Your impression is not quite correct.
The standard says

 |    6.5 - Iteration statements [stmt.iter]
 |    -2- The substatement in an iteration-statement implicitly defines a
 |        local scope (basic.scope) which is entered and exited each time
 |        through the loop.


 |   6.5.3 - The for statement [stmt.for]
 |    -1- The for statement
 | for ( for-init-statement conditionopt ; expressionopt ) statement
 |    is equivalent to
 | {
 |         for-init-statement
 |         while ( condition ) {
 |                 statement
 |                 expression ;
 |         }
 | }
 |    except [... some exceptions that aren't revelant here ...].

So the the variables created within the for statement are not
part of the body scope of the for statement.

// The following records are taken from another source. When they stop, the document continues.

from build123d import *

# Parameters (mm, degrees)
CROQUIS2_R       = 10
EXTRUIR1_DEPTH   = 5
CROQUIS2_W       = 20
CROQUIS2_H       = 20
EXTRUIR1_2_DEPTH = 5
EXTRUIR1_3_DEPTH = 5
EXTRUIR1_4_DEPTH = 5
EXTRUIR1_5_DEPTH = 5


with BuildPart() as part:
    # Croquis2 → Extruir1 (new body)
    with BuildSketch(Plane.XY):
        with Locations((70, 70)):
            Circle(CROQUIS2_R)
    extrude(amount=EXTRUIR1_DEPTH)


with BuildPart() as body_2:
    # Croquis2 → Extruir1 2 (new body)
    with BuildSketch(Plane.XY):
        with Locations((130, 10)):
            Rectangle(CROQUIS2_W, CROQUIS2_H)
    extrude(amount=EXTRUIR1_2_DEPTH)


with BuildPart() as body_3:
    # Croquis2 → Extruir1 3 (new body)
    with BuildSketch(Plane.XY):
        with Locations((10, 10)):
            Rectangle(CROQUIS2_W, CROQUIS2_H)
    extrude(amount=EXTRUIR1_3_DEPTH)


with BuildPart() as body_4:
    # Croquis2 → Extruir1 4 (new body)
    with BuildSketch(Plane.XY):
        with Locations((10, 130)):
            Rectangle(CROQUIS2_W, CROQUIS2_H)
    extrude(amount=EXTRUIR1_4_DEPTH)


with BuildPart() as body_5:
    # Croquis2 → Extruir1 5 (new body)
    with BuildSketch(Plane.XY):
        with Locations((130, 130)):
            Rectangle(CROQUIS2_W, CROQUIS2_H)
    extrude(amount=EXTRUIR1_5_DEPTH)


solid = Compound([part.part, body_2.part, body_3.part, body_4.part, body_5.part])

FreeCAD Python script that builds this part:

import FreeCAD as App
import Part
import Sketcher
from FreeCAD import Vector

doc = App.newDocument("Part")
body = doc.addObject("PartDesign::Body", "Body")

sketch1 = body.newObject("Sketcher::SketchObject", "Sketch")
sketch1.AttachmentSupport = (doc.getObject("XY_Plane"), [""])
sketch1.MapMode = "FlatFace"
sketch1.addGeometry(Part.Circle(Vector(70, 70, 0), Vector(0, 0, 1), 10), False)
sketch1.addConstraint([
    Sketcher.Constraint("Diameter", 0, 20.0),
    Sketcher.Constraint("DistanceX", -1, 1, 0, 3, 70.0),
    Sketcher.Constraint("DistanceY", -1, 1, 0, 3, 70.0),
])
pad1 = body.newObject("PartDesign::Pad", "Pad")
pad1.Profile = sketch1
pad1.Length = 5
body2 = doc.addObject("PartDesign::Body", "Body001")

sketch2 = body2.newObject("Sketcher::SketchObject", "Sketch001")
sketch2.AttachmentSupport = (doc.getObject("XY_Plane001"), [""])
sketch2.MapMode = "FlatFace"
sketch2.addGeometry([
    Part.LineSegment(Vector(120, 20, 0), Vector(120, 0, 0)),
    Part.LineSegment(Vector(120, 0, 0), Vector(140, 0, 0)),
    Part.LineSegment(Vector(140, 0, 0), Vector(140, 20, 0)),
    Part.LineSegment(Vector(140, 20, 0), Vector(120, 20, 0)),
], False)
sketch2.addConstraint([
    Sketcher.Constraint("Coincident", 0, 2, 1, 1),
    Sketcher.Constraint("Coincident", 1, 2, 2, 1),
    Sketcher.Constraint("Coincident", 2, 2, 3, 1),
    Sketcher.Constraint("Coincident", 3, 2, 0, 1),
    Sketcher.Constraint("Vertical", 0),
    Sketcher.Constraint("Horizontal", 1),
    Sketcher.Constraint("Vertical", 2),
    Sketcher.Constraint("Horizontal", 3),
    Sketcher.Constraint("PointOnObject", 0, 2, -1),
    Sketcher.Constraint("Equal", 3, 0),
    Sketcher.Constraint("DistanceX", 1, 1, 1, 2, 20.0),
    Sketcher.Constraint("DistanceX", -1, 1, 0, 2, 120.0),
])
pad2 = body2.newObject("PartDesign::Pad", "Pad001")
pad2.Profile = sketch2
pad2.Length = 5
body3 = doc.addObject("PartDesign::Body", "Body002")

sketch3 = body3.newObject("Sketcher::SketchObject", "Sketch002")
sketch3.AttachmentSupport = (doc.getObject("XY_Plane002"), [""])
sketch3.MapMode = "FlatFace"
sketch3.addGeometry([
    Part.LineSegment(Vector(0, 20, 0), Vector(0, 0, 0)),
    Part.LineSegment(Vector(0, 0, 0), Vector(20, 0, 0)),
    Part.LineSegment(Vector(20, 0, 0), Vector(20, 20, 0)),
    Part.LineSegment(Vector(20, 20, 0), Vector(0, 20, 0)),
], False)
sketch3.addConstraint([
    Sketcher.Constraint("Coincident", 0, 2, 1, 1),
    Sketcher.Constraint("Coincident", 1, 2, 2, 1),
    Sketcher.Constraint("Coincident", 2, 2, 3, 1),
    Sketcher.Constraint("Coincident", 3, 2, 0, 1),
    Sketcher.Constraint("Vertical", 0),
    Sketcher.Constraint("Horizontal", 1),
    Sketcher.Constraint("Vertical", 2),
    Sketcher.Constraint("Horizontal", 3),
    Sketcher.Constraint("Coincident", 0, 2, -1, 1),
    Sketcher.Constraint("Equal", 3, 0),
    Sketcher.Constraint("DistanceX", 1, 1, 1, 2, 20.0),
])
pad3 = body3.newObject("PartDesign::Pad", "Pad002")
pad3.Profile = sketch3
pad3.Length = 5
body4 = doc.addObject("PartDesign::Body", "Body003")

sketch4 = body4.newObject("Sketcher::SketchObject", "Sketch003")
sketch4.AttachmentSupport = (doc.getObject("XY_Plane003"), [""])
sketch4.MapMode = "FlatFace"
sketch4.addGeometry([
    Part.LineSegment(Vector(0, 140, 0), Vector(0, 120, 0)),
    Part.LineSegment(Vector(0, 120, 0), Vector(20, 120, 0)),
    Part.LineSegment(Vector(20, 120, 0), Vector(20, 140, 0)),
    Part.LineSegment(Vector(20, 140, 0), Vector(0, 140, 0)),
], False)
sketch4.addConstraint([
    Sketcher.Constraint("Coincident", 0, 2, 1, 1),
    Sketcher.Constraint("Coincident", 1, 2, 2, 1),
    Sketcher.Constraint("Coincident", 2, 2, 3, 1),
    Sketcher.Constraint("Coincident", 3, 2, 0, 1),
    Sketcher.Constraint("Vertical", 0),
    Sketcher.Constraint("Horizontal", 1),
    Sketcher.Constraint("Vertical", 2),
    Sketcher.Constraint("Horizontal", 3),
    Sketcher.Constraint("PointOnObject", 0, 2, -2),
    Sketcher.Constraint("Equal", 3, 0),
    Sketcher.Constraint("DistanceX", 1, 1, 1, 2, 20.0),
    Sketcher.Constraint("DistanceY", -1, 1, 0, 2, 120.0),
])
pad4 = body4.newObject("PartDesign::Pad", "Pad003")
pad4.Profile = sketch4
pad4.Length = 5
body5 = doc.addObject("PartDesign::Body", "Body004")

sketch5 = body5.newObject("Sketcher::SketchObject", "Sketch004")
sketch5.AttachmentSupport = (doc.getObject("XY_Plane004"), [""])
sketch5.MapMode = "FlatFace"
sketch5.addGeometry([
    Part.LineSegment(Vector(120, 140, 0), Vector(120, 120, 0)),
    Part.LineSegment(Vector(120, 120, 0), Vector(140, 120, 0)),
    Part.LineSegment(Vector(140, 120, 0), Vector(140, 140, 0)),
    Part.LineSegment(Vector(140, 140, 0), Vector(120, 140, 0)),
], False)
sketch5.addConstraint([
    Sketcher.Constraint("Coincident", 0, 2, 1, 1),
    Sketcher.Constraint("Coincident", 1, 2, 2, 1),
    Sketcher.Constraint("Coincident", 2, 2, 3, 1),
    Sketcher.Constraint("Coincident", 3, 2, 0, 1),
    Sketcher.Constraint("Vertical", 0),
    Sketcher.Constraint("Horizontal", 1),
    Sketcher.Constraint("Vertical", 2),
    Sketcher.Constraint("Horizontal", 3),
    Sketcher.Constraint("Equal", 3, 0),
    Sketcher.Constraint("DistanceX", 1, 1, 1, 2, 20.0),
    Sketcher.Constraint("DistanceX", -1, 1, 0, 2, 120.0),
    Sketcher.Constraint("DistanceY", -1, 1, 0, 2, 120.0),
])
pad5 = body5.newObject("PartDesign::Pad", "Pad004")
pad5.Profile = sketch5
pad5.Length = 5

doc.recompute()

However, it is nevertheless an error to redeclare the same
name in the outermost scope of the loop body:

 |   3.3.2 - Local scope [basic.scope.local]
 |    -4- Names declared in the for-init-statement, and in the condition of
 |    if, while, for, and switch statements are local to the if, while, for,
 |    or switch statement (including the controlled statement), and shall
 |    not be redeclared in a subsequent condition of that statement nor in
 |    the outermost block (or, for the if statement, any of the outermost
 |    blocks) of the controlled statement; see

Since this is a requirement on the form of the program, programs which
violate this requirement are ill-formed, and a diagnostic is required.
g++ 3.1 fails to report any diagnostic, even with -ansi -pedantic.
So it does not conform to this part of the standard.

Fergus Henderson <>  |  "I have always known that the pursuit
The University of Melbourne         |  of excellence is a lethal habit"
WWW: <>  |     -- the last words of T. S. Garp.